Congress' failure to pass stabilization money for insurance marketplaces in March has left it up to states to sort out their individual insurance pools. Here's a look at four approaches states might take.
1) Association health plans, or AHPs
The U.S. Labor Department proposed broadening the ability of small employers to pool their employees and negotiate coverage. Insurance commissioners and some state attorneys general caution that AHPs would cause more instability and likely skirt Affordable Care Act mandates.
Major insurers also largely oppose those structural changes. But some carriers, including UnitedHealth Group and Anthem, have asked to grandfather in existing association plans and free them from new regulatory requirements.
A few states are considering ways to check AHPs if they don't comply with the ACA.
2) Farm Bureau model
Iowa lawmakers have combined AHPs with a provision to allow the state's Farm Bureau to give Wellmark Blue Cross and Blue Shield exclusivity on selling plans that don't comply with ACA mandates.
Iowa's individual market has been plagued with segmentation, which critics of AHPs warn could occur in other states. More than half of Iowa's individual health plans don't comply with the ACA because they were grandmothered in.
Tennessee has kept its own Farm Bureau model. About 73,000 residents are enrolled in Farm Bureau individual health plans. For 2018, the Tennessee bureau dropped its ACA-compliant plans, which had seen enrollment climb to more than 15,000 customers, up from 2,400 people in 2016.
3) Medicaid expansion or buy-in
While Arkansas and Kentucky move to stem their Medicaid expansion coverage numbers with strict work requirements, voter-backed ballot initiatives to extend the program are in the works in Idaho, Nebraska and Utah.
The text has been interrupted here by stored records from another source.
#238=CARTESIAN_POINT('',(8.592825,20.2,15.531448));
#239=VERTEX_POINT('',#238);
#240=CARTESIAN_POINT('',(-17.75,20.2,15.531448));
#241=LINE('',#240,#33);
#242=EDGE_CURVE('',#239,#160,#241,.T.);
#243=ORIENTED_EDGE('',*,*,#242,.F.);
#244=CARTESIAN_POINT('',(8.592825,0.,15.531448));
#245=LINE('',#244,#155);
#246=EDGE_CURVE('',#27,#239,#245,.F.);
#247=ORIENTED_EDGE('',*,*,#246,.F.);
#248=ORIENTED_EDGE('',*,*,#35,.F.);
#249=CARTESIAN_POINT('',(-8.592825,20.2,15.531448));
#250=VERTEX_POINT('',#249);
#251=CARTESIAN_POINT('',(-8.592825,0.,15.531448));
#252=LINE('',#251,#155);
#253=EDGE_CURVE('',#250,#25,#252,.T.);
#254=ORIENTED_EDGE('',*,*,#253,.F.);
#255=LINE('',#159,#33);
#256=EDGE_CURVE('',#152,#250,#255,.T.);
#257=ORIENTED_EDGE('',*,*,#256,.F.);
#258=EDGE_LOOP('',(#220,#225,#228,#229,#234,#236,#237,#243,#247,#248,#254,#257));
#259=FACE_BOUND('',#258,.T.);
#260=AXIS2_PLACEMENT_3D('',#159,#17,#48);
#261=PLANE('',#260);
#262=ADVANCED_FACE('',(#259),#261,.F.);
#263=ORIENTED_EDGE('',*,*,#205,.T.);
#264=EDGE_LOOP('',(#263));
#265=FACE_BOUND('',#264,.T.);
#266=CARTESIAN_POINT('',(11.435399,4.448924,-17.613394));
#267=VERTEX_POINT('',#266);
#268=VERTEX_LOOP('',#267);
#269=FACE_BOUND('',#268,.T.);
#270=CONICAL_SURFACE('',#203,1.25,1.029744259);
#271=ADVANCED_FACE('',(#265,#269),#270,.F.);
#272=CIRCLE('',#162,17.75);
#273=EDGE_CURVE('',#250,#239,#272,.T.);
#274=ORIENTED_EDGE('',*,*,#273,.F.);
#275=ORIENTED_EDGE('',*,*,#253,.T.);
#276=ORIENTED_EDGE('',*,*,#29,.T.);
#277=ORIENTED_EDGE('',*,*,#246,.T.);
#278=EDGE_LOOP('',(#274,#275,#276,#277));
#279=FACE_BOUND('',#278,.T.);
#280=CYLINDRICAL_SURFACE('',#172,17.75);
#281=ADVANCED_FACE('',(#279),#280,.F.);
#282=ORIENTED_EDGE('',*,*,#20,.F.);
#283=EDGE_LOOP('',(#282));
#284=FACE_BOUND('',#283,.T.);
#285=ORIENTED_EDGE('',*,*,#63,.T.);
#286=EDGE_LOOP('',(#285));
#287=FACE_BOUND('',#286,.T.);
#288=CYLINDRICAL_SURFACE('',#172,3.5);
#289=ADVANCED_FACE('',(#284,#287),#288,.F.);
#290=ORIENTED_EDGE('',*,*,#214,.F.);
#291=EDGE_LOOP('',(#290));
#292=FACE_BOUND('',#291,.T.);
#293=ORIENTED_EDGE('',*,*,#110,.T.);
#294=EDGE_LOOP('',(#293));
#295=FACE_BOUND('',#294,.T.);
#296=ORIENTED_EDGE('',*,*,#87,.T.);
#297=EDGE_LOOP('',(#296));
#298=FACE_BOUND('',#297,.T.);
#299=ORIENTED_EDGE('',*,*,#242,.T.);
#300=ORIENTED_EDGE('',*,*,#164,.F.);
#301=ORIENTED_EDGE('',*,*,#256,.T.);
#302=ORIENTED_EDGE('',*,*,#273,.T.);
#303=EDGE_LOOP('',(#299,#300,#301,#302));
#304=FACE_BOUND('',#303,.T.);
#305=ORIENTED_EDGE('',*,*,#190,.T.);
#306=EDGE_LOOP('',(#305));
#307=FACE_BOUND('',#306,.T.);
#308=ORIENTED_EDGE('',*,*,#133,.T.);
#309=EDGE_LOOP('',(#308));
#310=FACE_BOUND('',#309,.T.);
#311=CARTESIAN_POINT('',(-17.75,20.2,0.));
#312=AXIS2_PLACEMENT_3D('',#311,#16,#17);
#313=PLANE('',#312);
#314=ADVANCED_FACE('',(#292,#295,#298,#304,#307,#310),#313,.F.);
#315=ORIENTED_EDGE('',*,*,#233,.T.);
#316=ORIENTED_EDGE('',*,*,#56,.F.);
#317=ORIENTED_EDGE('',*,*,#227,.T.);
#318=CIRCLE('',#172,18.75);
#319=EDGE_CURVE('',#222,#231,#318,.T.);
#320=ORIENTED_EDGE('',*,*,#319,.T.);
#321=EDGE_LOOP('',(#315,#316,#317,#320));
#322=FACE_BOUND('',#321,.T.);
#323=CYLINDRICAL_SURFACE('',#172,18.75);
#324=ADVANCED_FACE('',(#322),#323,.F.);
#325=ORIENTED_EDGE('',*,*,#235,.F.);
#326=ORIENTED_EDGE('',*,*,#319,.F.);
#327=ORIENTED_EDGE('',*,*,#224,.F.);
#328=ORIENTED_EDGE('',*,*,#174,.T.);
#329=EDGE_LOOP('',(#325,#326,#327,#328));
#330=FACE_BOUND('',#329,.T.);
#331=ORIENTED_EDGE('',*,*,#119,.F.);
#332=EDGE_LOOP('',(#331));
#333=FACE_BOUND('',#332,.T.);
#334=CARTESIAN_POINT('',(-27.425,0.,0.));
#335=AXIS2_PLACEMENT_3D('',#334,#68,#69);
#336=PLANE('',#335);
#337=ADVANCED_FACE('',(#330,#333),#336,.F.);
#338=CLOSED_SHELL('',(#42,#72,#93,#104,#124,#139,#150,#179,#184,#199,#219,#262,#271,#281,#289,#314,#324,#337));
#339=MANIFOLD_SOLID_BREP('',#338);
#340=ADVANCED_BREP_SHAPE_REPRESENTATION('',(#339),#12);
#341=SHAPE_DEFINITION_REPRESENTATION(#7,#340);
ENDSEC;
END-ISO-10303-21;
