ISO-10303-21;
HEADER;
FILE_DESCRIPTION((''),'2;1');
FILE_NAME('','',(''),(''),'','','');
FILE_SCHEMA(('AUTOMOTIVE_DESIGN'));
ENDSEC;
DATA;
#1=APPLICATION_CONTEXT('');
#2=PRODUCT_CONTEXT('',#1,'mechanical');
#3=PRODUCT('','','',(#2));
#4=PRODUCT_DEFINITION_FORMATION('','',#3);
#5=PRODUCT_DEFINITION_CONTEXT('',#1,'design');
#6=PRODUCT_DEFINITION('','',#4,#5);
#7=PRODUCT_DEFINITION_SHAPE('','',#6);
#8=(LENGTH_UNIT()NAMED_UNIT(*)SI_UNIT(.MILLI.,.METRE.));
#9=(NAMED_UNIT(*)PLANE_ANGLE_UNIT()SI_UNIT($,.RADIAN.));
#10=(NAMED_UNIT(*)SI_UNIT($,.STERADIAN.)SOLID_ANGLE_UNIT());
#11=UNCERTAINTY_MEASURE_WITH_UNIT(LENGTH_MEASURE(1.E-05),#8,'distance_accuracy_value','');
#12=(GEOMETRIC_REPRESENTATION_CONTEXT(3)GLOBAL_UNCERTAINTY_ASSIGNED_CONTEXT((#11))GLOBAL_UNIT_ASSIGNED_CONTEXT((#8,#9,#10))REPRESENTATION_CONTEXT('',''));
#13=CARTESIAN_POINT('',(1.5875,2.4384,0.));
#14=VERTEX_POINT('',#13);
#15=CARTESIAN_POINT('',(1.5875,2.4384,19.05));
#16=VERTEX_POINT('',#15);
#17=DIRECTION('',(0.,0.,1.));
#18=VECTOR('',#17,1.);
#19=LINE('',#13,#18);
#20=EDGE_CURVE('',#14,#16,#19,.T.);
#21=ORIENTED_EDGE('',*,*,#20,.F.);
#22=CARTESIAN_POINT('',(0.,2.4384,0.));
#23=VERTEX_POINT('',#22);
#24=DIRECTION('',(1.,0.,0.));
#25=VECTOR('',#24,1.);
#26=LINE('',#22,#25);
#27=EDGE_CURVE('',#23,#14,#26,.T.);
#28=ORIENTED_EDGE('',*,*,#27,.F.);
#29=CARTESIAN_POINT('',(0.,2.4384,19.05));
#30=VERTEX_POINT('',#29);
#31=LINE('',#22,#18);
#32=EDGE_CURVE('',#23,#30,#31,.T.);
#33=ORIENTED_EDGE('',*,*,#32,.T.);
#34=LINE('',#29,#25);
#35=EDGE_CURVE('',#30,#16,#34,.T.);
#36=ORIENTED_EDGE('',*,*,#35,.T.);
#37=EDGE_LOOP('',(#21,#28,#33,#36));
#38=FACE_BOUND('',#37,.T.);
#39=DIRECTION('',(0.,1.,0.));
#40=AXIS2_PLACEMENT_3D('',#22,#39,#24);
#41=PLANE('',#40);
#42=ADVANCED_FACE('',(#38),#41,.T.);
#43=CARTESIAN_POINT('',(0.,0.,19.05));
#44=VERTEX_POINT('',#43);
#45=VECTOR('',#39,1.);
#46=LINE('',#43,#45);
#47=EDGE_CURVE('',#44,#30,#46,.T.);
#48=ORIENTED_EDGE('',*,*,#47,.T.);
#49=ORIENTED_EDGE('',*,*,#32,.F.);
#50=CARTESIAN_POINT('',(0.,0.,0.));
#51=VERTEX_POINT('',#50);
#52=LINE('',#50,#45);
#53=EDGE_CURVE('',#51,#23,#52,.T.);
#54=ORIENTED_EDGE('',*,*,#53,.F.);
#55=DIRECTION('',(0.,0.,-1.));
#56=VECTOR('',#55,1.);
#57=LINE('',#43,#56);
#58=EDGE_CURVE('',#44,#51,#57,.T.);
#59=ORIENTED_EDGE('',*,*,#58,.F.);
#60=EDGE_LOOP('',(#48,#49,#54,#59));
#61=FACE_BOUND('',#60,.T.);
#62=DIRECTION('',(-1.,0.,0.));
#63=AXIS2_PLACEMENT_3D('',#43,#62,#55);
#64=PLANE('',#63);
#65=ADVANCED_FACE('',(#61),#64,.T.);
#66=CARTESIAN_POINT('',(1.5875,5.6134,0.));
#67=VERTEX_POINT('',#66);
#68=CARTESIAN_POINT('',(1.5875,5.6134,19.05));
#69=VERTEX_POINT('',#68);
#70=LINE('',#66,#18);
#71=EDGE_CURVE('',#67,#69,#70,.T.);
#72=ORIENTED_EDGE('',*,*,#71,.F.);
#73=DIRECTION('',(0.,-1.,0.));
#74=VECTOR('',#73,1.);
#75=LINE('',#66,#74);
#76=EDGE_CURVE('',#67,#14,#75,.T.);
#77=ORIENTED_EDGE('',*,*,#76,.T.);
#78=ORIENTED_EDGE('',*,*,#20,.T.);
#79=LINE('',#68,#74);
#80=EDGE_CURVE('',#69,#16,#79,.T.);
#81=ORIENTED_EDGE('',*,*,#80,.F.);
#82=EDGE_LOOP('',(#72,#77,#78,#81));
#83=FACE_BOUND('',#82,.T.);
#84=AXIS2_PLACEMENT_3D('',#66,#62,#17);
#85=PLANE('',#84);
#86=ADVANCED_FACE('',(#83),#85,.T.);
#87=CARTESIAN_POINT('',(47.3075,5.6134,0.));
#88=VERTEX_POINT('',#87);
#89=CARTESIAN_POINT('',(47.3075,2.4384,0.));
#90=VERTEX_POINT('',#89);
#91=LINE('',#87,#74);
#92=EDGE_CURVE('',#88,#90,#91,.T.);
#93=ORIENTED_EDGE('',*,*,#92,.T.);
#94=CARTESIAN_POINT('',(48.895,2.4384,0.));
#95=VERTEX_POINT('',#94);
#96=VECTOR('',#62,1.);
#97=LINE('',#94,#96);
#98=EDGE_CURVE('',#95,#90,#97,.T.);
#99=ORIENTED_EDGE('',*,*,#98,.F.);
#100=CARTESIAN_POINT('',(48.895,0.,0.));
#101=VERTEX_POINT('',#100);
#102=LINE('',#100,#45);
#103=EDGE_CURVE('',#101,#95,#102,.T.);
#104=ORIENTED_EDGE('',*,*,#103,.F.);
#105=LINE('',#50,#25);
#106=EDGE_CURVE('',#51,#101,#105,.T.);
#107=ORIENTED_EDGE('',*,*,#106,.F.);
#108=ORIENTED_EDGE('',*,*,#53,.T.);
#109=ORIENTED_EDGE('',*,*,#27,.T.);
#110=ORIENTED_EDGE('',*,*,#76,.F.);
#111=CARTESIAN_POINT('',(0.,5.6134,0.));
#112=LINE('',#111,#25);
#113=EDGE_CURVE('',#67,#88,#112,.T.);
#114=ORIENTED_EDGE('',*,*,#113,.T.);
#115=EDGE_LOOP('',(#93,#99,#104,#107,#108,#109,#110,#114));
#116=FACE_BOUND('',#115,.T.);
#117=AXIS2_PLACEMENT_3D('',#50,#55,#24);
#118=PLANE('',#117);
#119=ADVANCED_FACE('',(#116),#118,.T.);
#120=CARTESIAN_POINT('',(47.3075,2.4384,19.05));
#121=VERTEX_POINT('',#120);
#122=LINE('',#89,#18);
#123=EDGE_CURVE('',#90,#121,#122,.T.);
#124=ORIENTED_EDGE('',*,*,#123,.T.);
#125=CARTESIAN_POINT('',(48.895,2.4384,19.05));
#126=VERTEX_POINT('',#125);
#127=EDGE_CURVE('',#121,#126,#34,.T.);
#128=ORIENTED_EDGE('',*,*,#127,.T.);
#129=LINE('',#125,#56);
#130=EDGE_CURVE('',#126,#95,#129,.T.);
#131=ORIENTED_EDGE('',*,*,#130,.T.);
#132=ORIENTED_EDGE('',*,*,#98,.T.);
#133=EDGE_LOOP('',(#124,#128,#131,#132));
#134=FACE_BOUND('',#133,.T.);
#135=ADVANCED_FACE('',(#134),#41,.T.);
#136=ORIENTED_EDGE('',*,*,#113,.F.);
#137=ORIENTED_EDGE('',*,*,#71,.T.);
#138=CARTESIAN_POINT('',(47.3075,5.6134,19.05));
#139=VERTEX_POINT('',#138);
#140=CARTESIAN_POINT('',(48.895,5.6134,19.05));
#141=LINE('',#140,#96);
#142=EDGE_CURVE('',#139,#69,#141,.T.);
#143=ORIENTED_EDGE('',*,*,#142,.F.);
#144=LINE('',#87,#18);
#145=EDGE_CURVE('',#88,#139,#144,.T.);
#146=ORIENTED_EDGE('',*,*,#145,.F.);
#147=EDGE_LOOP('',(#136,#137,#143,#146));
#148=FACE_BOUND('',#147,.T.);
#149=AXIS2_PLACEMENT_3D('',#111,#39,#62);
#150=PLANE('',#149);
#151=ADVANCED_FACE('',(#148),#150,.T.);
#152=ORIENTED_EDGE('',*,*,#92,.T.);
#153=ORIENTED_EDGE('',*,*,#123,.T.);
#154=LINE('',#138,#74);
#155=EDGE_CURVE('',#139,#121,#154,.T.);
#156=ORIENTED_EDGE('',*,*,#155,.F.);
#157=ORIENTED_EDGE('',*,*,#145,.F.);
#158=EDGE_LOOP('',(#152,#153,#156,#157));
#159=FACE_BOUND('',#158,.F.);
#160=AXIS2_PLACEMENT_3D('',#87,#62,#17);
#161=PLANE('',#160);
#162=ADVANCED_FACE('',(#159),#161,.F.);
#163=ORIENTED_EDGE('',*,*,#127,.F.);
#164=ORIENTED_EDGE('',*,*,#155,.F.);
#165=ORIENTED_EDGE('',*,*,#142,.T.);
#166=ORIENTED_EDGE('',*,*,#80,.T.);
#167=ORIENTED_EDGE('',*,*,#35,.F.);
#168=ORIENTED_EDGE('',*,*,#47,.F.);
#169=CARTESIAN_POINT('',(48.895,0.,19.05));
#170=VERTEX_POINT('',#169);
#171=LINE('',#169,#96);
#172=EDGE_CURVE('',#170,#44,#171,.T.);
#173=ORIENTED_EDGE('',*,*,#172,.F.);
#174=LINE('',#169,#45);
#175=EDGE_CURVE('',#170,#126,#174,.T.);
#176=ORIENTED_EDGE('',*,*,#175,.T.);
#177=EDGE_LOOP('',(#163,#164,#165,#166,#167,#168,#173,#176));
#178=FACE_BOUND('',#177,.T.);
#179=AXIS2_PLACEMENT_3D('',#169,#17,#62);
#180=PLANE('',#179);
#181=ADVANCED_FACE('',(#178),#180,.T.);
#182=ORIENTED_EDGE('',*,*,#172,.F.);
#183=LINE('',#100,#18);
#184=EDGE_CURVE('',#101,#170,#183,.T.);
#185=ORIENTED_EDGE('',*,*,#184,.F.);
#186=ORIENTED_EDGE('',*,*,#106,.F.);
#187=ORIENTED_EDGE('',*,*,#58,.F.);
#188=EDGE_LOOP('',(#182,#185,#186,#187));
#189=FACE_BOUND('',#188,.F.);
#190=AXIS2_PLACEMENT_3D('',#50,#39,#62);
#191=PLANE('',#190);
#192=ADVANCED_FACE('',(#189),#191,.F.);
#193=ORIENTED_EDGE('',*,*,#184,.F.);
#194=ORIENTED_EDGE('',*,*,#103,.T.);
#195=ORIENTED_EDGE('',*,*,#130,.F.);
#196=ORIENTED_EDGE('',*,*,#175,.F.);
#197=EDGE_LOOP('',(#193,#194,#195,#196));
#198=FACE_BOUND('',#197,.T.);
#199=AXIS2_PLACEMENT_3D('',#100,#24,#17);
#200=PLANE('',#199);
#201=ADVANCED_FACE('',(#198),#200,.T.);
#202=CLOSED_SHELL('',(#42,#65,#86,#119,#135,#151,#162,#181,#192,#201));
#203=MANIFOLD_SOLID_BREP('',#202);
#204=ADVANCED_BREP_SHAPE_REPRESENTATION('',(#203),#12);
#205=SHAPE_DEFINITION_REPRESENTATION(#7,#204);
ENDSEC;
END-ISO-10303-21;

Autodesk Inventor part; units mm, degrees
ref_plane "YZ Plane" through (0, 0, 0) normal (1, 0, 0) x (0, 1, 0)
ref_plane "XZ Plane" through (0, 0, 0) normal (0, 1, 0) x (-1, 0, 0)
ref_plane "XY Plane" through (0, 0, 0) normal (0, 0, 1) x (1, 0, 0)
sketch "Sketch1" plane through (0, 0, 0) normal (0, 1, 0) x (-1, 0, 0)
  line L0 (0, 0) -> (-48.895, 0)
  line L1 (-48.895, 0) -> (-48.895, 19.05)
  line L2 (-48.895, 19.05) -> (0, 19.05)
  line L3 (0, 19.05) -> (0, 0)
  dimension "d0" = 48.895
  dimension "d1" = 19.05
extrude "Extrusion1" add sketch "Sketch1" along normal blind 5.6134
sketch "Sketch5" plane through (0, 5.6134, 0) normal (0, 1, 0) x (1, 0, 0)
  line L0 (0, 0) -> (0, -19.05) projected
  line L1 (0, -19.05) -> (48.895, -19.05) projected
  line L2 (48.895, -19.05) -> (48.895, 0) projected
  line L3 (0, 0) -> (1.5875, 0)
  line L4 (1.5875, 0) -> (1.5875, -19.05)
  line L5 (1.5875, -19.05) -> (0, -19.05)
  line L6 (0, -19.05) -> (0, 0)
  line L7 (48.895, 0) -> (47.3075, 0)
  line L8 (47.3075, 0) -> (47.3075, -19.05)
  line L9 (47.3075, -19.05) -> (48.895, -19.05)
  line L10 (48.895, -19.05) -> (48.895, 0)
  dimension "d17" = 1.5875
  dimension "d18" = 1.5875
extrude "Extrusion5" cut sketch "Sketch5" against normal blind 3.175
properties part number "Lidar Sensor Case Piece 3"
Democratic Virginia Gov. Dr. Ralph Northam and GOP Maine Gov. Paul LePage are on opposite sides of gridlock with their legislatures over expansion.
States like Florida, Georgia and North Carolina may reconsider expansion depending on which party wins big in 2018.
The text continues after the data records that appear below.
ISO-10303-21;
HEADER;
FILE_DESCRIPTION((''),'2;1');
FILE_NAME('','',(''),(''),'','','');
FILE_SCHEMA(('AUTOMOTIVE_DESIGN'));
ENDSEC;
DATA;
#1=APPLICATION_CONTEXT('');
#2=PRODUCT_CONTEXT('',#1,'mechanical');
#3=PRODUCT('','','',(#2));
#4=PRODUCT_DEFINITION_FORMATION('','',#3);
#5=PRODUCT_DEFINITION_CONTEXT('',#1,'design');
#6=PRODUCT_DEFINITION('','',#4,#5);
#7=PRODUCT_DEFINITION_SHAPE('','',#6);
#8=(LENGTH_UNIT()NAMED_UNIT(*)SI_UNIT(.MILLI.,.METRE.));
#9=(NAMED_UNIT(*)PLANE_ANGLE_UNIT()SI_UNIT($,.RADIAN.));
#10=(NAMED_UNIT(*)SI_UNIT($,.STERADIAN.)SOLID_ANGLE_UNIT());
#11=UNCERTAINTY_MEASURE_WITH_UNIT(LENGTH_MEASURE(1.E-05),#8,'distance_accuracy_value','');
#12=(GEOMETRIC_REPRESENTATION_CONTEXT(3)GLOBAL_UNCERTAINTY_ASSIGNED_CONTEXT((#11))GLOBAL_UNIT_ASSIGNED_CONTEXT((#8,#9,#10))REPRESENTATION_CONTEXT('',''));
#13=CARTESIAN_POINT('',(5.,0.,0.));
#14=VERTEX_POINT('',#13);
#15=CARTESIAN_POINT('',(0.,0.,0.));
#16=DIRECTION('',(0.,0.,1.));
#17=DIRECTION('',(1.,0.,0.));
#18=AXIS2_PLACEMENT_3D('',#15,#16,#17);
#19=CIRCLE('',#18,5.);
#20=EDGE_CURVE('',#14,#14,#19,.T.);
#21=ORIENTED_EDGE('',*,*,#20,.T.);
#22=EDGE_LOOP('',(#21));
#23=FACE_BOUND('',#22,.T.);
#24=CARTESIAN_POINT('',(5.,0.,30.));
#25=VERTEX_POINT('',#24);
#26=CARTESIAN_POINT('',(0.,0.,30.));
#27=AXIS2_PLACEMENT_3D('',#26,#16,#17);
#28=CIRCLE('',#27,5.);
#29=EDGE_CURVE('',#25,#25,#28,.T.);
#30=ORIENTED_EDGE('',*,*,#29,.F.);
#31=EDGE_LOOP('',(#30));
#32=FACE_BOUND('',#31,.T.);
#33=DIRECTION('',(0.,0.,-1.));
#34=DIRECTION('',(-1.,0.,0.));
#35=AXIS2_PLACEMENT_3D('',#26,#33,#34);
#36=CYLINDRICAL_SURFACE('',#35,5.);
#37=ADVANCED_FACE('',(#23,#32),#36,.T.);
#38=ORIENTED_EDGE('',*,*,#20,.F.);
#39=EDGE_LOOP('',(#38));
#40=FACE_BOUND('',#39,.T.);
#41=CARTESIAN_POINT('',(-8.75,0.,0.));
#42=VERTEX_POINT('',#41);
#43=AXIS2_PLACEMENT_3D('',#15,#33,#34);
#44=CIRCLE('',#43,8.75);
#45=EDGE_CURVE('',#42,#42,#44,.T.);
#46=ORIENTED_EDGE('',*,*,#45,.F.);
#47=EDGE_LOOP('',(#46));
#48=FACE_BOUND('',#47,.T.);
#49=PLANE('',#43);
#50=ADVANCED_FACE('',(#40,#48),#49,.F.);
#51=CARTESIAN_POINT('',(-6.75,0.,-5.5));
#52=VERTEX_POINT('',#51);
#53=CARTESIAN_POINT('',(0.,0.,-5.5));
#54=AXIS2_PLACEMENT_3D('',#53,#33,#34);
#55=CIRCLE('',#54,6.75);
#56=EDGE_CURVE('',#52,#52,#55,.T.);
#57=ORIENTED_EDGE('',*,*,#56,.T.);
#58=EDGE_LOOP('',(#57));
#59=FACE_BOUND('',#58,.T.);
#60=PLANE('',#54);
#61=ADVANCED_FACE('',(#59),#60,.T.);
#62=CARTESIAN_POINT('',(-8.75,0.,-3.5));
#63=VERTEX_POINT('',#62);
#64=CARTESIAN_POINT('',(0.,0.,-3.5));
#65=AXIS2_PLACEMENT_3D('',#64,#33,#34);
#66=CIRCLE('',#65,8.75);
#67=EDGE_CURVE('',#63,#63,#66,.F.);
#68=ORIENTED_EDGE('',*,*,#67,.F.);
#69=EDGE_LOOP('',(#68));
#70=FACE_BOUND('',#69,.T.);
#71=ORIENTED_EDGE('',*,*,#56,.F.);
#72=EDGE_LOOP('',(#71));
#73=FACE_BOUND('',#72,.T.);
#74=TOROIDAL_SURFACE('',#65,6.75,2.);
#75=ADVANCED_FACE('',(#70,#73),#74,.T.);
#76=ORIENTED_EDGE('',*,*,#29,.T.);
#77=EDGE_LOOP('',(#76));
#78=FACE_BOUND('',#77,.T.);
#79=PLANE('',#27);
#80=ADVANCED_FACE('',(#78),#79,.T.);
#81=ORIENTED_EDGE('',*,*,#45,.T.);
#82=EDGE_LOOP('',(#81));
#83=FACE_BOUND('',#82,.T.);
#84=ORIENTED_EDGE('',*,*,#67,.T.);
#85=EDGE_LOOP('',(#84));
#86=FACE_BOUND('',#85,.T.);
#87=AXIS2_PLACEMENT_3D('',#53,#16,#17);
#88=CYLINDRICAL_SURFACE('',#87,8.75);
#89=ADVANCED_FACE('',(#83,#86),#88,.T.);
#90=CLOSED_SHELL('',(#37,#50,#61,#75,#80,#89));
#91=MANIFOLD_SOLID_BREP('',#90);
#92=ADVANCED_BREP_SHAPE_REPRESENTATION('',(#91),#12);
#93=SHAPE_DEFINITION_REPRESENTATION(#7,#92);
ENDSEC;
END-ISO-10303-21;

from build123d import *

# Parameters (mm, degrees)
SKETCH_1_R      = 5
EXTRUDE_1_DEPTH = 30
SKETCH_2_R      = 8.75
EXTRUDE_2_DEPTH = 5.5
FILLET_2_R      = 2


with BuildPart() as part:
    # 草图1 → 凸台-拉伸1 (new body)
    with BuildSketch(Plane.XY):
        Circle(SKETCH_1_R)
    extrude(amount=EXTRUDE_1_DEPTH)

    # Sketch 2 → 凸台-拉伸2 (add)
    with BuildSketch(Plane(origin=(0, 0, 0), x_dir=(-1, 0, 0), z_dir=(0, 0, -1))):
        Circle(SKETCH_2_R)
    extrude(amount=EXTRUDE_2_DEPTH)

    # 圆角2
    fillet_2_edges = [part.edges().sort_by_distance(p)[0] for p in [
        (8.75, 0, -5.5),
    ]]
    fillet(fillet_2_edges, radius=FILLET_2_R)


solid = part.part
Nevada and New Mexico have approved studies to explore a public option for Medicaid. Nevada already gives precedence for Medicaid contracts to its health exchange carriers, but GOP Gov. Brian Sandoval vetoed a buy-in proposal last year saying it hadn't been adequately vetted.
4) State Obamacare
Several states are using the ACA model to shore up their individual markets.
According to the National Conference of State Legislatures, at least 35 states have looked at legislation to trigger a 1332 waiver application process as of February. Even conservative GOP Gov. Scott Walker in Wisconsin has approved a 1332 waiver application for reinsurance.
Idaho's creative dual 1332 and 1115 Medicaid waiver, although dead for now, would have shifted the highest-cost patients to Medicaid and set up a reinsurance pool for the individual market.
Several states are considering legislation to establish a coverage mandate and penalty or are studying how a mandate could work.